Task details
In the listing below, the lines from the first through the one with "f 424 409 408" are to be copied word for word.

= = = = =

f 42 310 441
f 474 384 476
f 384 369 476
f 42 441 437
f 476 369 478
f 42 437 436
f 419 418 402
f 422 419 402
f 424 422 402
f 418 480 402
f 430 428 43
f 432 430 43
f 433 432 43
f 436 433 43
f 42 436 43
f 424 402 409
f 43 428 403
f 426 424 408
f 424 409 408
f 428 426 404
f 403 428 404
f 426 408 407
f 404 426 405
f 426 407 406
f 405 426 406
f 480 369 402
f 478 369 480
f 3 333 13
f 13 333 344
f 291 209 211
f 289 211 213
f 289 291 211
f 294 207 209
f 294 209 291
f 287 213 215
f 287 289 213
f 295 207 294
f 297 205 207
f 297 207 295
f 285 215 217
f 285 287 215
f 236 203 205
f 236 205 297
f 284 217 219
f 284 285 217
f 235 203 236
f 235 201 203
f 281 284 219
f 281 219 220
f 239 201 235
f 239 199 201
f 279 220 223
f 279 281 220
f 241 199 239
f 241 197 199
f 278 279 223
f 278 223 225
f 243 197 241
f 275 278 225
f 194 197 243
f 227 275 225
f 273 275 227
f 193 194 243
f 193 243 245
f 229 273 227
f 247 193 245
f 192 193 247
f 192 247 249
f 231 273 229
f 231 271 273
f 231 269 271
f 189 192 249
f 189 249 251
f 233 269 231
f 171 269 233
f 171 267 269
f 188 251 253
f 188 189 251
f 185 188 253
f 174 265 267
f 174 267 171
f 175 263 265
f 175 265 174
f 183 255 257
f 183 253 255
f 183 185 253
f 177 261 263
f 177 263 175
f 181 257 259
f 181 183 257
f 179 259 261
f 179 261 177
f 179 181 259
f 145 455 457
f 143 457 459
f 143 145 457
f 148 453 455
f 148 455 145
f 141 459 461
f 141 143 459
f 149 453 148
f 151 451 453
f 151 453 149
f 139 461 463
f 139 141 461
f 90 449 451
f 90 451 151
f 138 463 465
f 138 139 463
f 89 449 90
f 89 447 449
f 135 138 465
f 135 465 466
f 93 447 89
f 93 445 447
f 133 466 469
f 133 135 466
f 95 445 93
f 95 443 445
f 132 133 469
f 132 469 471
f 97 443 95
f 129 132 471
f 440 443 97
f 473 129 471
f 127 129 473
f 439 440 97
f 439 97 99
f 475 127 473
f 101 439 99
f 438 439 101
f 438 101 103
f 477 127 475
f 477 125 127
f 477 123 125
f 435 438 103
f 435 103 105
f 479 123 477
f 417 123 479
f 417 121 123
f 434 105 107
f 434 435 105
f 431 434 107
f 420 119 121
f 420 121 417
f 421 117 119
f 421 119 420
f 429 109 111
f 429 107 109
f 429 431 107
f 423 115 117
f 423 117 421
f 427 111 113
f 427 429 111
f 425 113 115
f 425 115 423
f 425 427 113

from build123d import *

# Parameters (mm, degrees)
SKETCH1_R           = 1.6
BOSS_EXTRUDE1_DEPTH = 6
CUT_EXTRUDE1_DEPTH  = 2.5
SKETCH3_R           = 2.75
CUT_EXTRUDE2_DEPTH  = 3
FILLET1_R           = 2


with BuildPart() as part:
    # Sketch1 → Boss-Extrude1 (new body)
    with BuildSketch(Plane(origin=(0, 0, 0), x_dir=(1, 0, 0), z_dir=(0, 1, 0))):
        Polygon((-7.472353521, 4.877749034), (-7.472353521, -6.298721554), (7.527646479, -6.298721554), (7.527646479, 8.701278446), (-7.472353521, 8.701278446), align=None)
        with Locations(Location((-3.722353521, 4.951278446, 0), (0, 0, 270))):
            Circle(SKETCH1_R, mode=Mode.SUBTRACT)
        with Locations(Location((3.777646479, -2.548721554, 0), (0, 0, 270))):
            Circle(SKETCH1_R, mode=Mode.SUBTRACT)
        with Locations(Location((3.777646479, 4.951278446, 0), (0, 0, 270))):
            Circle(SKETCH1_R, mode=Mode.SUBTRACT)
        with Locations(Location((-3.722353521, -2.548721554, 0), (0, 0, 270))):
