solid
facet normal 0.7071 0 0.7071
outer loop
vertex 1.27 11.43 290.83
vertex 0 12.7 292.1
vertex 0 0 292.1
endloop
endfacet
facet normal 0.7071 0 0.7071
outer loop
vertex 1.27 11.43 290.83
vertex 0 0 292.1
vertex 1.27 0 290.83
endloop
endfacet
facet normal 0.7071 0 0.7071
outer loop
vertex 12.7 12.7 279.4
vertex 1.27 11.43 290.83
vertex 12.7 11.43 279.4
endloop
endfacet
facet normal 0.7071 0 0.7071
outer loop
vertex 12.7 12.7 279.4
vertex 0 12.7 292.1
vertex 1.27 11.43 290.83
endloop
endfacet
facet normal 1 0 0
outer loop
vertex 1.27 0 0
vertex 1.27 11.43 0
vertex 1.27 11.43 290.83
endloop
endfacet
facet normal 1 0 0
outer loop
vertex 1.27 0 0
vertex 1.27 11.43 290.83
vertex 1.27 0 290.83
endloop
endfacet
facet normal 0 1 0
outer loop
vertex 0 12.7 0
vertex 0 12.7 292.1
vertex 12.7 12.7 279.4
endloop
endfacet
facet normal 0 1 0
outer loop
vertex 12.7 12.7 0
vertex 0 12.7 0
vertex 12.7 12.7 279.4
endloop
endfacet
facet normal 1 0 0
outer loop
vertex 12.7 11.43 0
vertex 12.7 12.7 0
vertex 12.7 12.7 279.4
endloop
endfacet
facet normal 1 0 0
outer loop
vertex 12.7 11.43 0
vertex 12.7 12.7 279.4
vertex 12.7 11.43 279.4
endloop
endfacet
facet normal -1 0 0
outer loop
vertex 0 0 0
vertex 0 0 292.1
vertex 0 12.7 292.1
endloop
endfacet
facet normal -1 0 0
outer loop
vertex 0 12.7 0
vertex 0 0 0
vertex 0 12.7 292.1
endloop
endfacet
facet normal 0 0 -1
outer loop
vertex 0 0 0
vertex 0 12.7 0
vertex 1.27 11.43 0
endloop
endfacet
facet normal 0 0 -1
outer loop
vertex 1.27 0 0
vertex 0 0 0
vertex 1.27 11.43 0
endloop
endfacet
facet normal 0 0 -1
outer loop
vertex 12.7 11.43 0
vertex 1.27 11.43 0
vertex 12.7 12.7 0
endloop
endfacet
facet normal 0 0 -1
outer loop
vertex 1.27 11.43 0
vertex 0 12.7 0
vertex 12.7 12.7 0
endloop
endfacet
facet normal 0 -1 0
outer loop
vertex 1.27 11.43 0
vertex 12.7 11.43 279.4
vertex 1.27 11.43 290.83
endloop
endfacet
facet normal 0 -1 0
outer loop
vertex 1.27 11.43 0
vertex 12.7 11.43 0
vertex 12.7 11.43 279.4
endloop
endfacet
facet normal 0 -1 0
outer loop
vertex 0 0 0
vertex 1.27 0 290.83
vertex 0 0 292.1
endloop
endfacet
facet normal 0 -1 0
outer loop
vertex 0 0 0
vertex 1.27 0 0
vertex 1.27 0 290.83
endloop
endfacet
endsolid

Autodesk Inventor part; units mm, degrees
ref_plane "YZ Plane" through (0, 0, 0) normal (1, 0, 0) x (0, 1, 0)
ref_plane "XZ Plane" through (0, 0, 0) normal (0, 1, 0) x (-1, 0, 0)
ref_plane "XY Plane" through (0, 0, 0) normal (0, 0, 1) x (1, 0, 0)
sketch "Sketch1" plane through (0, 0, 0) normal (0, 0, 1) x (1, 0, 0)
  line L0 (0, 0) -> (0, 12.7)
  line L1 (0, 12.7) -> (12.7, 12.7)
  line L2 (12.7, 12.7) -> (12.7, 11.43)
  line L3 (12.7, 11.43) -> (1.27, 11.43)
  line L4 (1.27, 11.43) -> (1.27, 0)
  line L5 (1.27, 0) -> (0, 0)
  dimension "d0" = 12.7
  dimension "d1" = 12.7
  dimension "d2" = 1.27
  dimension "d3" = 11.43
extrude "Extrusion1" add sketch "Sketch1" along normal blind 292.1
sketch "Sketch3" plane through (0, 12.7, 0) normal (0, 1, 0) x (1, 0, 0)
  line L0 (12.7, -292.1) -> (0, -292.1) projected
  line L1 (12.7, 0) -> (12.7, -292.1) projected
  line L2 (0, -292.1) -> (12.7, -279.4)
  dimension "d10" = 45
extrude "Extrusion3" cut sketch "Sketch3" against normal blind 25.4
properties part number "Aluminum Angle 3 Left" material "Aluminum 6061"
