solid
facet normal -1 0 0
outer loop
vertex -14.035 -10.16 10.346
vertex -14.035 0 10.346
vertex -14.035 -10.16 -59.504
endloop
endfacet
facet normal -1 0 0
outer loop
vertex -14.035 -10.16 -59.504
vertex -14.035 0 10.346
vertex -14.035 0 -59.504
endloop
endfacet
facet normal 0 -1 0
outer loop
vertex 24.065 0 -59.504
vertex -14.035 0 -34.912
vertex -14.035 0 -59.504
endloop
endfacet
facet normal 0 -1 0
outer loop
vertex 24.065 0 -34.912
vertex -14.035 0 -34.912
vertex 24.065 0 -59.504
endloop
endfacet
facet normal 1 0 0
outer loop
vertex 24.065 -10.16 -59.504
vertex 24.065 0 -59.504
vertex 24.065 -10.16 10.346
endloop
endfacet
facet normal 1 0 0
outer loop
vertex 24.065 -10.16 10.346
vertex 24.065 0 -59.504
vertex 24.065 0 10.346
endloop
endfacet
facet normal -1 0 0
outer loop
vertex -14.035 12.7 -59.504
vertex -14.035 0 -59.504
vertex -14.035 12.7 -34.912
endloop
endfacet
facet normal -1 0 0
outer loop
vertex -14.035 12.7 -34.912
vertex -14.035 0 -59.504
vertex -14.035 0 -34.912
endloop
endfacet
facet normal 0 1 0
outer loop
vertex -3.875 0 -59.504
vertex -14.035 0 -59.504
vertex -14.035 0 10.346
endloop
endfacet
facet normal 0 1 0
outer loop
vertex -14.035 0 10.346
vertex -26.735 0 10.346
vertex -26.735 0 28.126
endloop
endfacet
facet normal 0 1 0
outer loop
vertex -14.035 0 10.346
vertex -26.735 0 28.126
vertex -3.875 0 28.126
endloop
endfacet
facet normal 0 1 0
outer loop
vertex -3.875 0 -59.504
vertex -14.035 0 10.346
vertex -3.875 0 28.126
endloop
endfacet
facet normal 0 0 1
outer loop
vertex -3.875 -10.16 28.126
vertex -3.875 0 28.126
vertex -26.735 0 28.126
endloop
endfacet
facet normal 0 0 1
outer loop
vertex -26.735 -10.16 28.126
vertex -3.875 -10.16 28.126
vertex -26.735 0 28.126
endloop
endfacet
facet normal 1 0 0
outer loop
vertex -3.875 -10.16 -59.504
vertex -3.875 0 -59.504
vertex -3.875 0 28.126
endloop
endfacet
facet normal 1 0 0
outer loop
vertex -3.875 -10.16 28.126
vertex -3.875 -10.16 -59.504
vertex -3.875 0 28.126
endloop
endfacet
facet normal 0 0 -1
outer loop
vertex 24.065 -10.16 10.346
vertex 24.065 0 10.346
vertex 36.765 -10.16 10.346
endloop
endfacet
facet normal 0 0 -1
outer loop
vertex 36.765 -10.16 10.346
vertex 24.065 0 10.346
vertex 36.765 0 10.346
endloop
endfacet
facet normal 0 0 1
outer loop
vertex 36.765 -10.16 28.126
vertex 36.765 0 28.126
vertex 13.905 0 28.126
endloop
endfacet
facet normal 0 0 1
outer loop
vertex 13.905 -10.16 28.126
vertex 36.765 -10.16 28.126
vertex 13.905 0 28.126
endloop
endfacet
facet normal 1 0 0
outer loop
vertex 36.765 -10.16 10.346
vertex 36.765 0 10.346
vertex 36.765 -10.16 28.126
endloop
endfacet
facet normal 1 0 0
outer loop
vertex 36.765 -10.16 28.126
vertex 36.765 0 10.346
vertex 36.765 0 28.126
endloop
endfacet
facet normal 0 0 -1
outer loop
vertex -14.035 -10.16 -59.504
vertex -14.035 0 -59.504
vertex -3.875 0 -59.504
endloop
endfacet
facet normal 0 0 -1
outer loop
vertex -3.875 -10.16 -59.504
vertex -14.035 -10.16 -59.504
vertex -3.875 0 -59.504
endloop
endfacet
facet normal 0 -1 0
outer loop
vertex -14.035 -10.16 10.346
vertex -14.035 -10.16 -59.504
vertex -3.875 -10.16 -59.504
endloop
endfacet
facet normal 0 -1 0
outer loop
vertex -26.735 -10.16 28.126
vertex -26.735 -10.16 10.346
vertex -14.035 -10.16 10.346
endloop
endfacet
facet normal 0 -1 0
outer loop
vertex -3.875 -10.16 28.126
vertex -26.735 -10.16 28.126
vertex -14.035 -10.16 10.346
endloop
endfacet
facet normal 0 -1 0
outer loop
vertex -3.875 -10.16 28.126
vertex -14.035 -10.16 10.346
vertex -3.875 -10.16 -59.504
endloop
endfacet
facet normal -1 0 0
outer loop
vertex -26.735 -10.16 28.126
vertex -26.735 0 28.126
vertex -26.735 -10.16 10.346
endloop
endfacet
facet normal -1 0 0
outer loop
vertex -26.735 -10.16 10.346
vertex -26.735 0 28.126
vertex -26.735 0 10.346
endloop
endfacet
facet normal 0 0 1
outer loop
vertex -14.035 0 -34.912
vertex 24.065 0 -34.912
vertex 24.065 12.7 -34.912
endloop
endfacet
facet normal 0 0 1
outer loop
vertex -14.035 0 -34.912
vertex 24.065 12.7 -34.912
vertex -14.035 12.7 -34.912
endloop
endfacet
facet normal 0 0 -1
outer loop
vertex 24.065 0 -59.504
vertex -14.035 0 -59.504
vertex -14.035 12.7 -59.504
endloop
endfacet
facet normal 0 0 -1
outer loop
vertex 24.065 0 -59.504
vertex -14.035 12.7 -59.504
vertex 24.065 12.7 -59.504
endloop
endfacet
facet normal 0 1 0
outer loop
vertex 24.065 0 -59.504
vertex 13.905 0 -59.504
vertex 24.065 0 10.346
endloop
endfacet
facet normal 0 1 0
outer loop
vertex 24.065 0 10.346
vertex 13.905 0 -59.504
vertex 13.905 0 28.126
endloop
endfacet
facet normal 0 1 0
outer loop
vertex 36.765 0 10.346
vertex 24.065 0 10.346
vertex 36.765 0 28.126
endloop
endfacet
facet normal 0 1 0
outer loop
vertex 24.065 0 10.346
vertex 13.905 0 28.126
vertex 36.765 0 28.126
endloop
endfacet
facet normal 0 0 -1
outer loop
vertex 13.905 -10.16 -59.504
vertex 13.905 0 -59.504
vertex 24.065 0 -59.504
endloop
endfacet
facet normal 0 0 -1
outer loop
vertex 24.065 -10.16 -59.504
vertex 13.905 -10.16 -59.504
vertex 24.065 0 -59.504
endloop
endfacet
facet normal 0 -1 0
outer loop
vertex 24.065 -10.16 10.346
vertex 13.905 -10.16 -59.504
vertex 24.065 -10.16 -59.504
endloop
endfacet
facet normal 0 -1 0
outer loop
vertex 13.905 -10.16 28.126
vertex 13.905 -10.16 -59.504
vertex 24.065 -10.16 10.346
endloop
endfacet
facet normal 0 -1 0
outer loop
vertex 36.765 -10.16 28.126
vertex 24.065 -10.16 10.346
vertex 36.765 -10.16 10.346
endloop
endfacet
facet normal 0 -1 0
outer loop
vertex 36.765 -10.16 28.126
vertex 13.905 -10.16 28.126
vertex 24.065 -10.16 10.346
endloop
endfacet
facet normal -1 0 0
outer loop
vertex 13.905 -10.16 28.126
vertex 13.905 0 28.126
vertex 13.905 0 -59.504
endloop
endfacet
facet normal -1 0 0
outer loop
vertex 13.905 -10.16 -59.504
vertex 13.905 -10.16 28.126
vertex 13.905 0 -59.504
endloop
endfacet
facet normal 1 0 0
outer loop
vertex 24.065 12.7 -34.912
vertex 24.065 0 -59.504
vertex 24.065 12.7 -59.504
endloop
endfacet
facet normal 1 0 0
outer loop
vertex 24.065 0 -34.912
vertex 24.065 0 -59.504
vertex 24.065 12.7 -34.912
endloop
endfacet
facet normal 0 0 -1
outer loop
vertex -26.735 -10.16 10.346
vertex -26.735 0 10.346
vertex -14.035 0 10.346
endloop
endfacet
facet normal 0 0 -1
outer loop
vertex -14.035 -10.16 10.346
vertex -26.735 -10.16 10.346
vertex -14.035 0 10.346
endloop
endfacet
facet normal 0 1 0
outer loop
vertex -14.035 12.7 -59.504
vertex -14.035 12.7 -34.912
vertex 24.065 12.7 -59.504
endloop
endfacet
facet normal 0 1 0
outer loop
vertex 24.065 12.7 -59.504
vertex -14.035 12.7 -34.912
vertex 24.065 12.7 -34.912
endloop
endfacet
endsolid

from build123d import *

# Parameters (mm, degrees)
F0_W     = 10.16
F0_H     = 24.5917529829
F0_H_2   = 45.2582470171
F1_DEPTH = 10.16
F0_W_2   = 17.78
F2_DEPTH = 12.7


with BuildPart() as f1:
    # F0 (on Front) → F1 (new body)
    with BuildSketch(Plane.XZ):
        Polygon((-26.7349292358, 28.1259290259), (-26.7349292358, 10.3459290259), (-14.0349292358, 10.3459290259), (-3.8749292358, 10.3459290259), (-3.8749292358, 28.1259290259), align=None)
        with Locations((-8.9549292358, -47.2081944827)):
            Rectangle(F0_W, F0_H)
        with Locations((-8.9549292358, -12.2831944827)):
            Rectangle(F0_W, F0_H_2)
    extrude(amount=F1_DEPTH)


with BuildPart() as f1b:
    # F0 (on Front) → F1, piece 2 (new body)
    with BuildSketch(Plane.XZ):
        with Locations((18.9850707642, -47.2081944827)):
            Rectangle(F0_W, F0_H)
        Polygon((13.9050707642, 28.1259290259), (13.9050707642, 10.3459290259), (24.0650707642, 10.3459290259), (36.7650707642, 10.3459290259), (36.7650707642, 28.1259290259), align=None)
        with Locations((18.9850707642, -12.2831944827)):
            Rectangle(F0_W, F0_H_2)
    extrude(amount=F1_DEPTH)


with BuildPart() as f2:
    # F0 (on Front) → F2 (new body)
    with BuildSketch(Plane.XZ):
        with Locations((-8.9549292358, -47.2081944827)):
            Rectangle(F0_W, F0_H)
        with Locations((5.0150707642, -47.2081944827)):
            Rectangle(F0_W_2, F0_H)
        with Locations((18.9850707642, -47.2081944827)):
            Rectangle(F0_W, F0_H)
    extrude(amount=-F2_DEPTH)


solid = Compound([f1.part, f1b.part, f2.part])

= = = = =

Reply to the task
f 42 310 441
f 474 384 476
f 384 369 476
f 42 441 437
f 476 369 478
f 42 437 436
f 419 418 402
f 422 419 402
f 424 422 402
f 418 480 402
f 430 428 43
f 432 430 43
f 433 432 43
f 436 433 43
f 42 436 43
f 424 402 409
f 43 428 403
f 426 424 408
f 424 409 408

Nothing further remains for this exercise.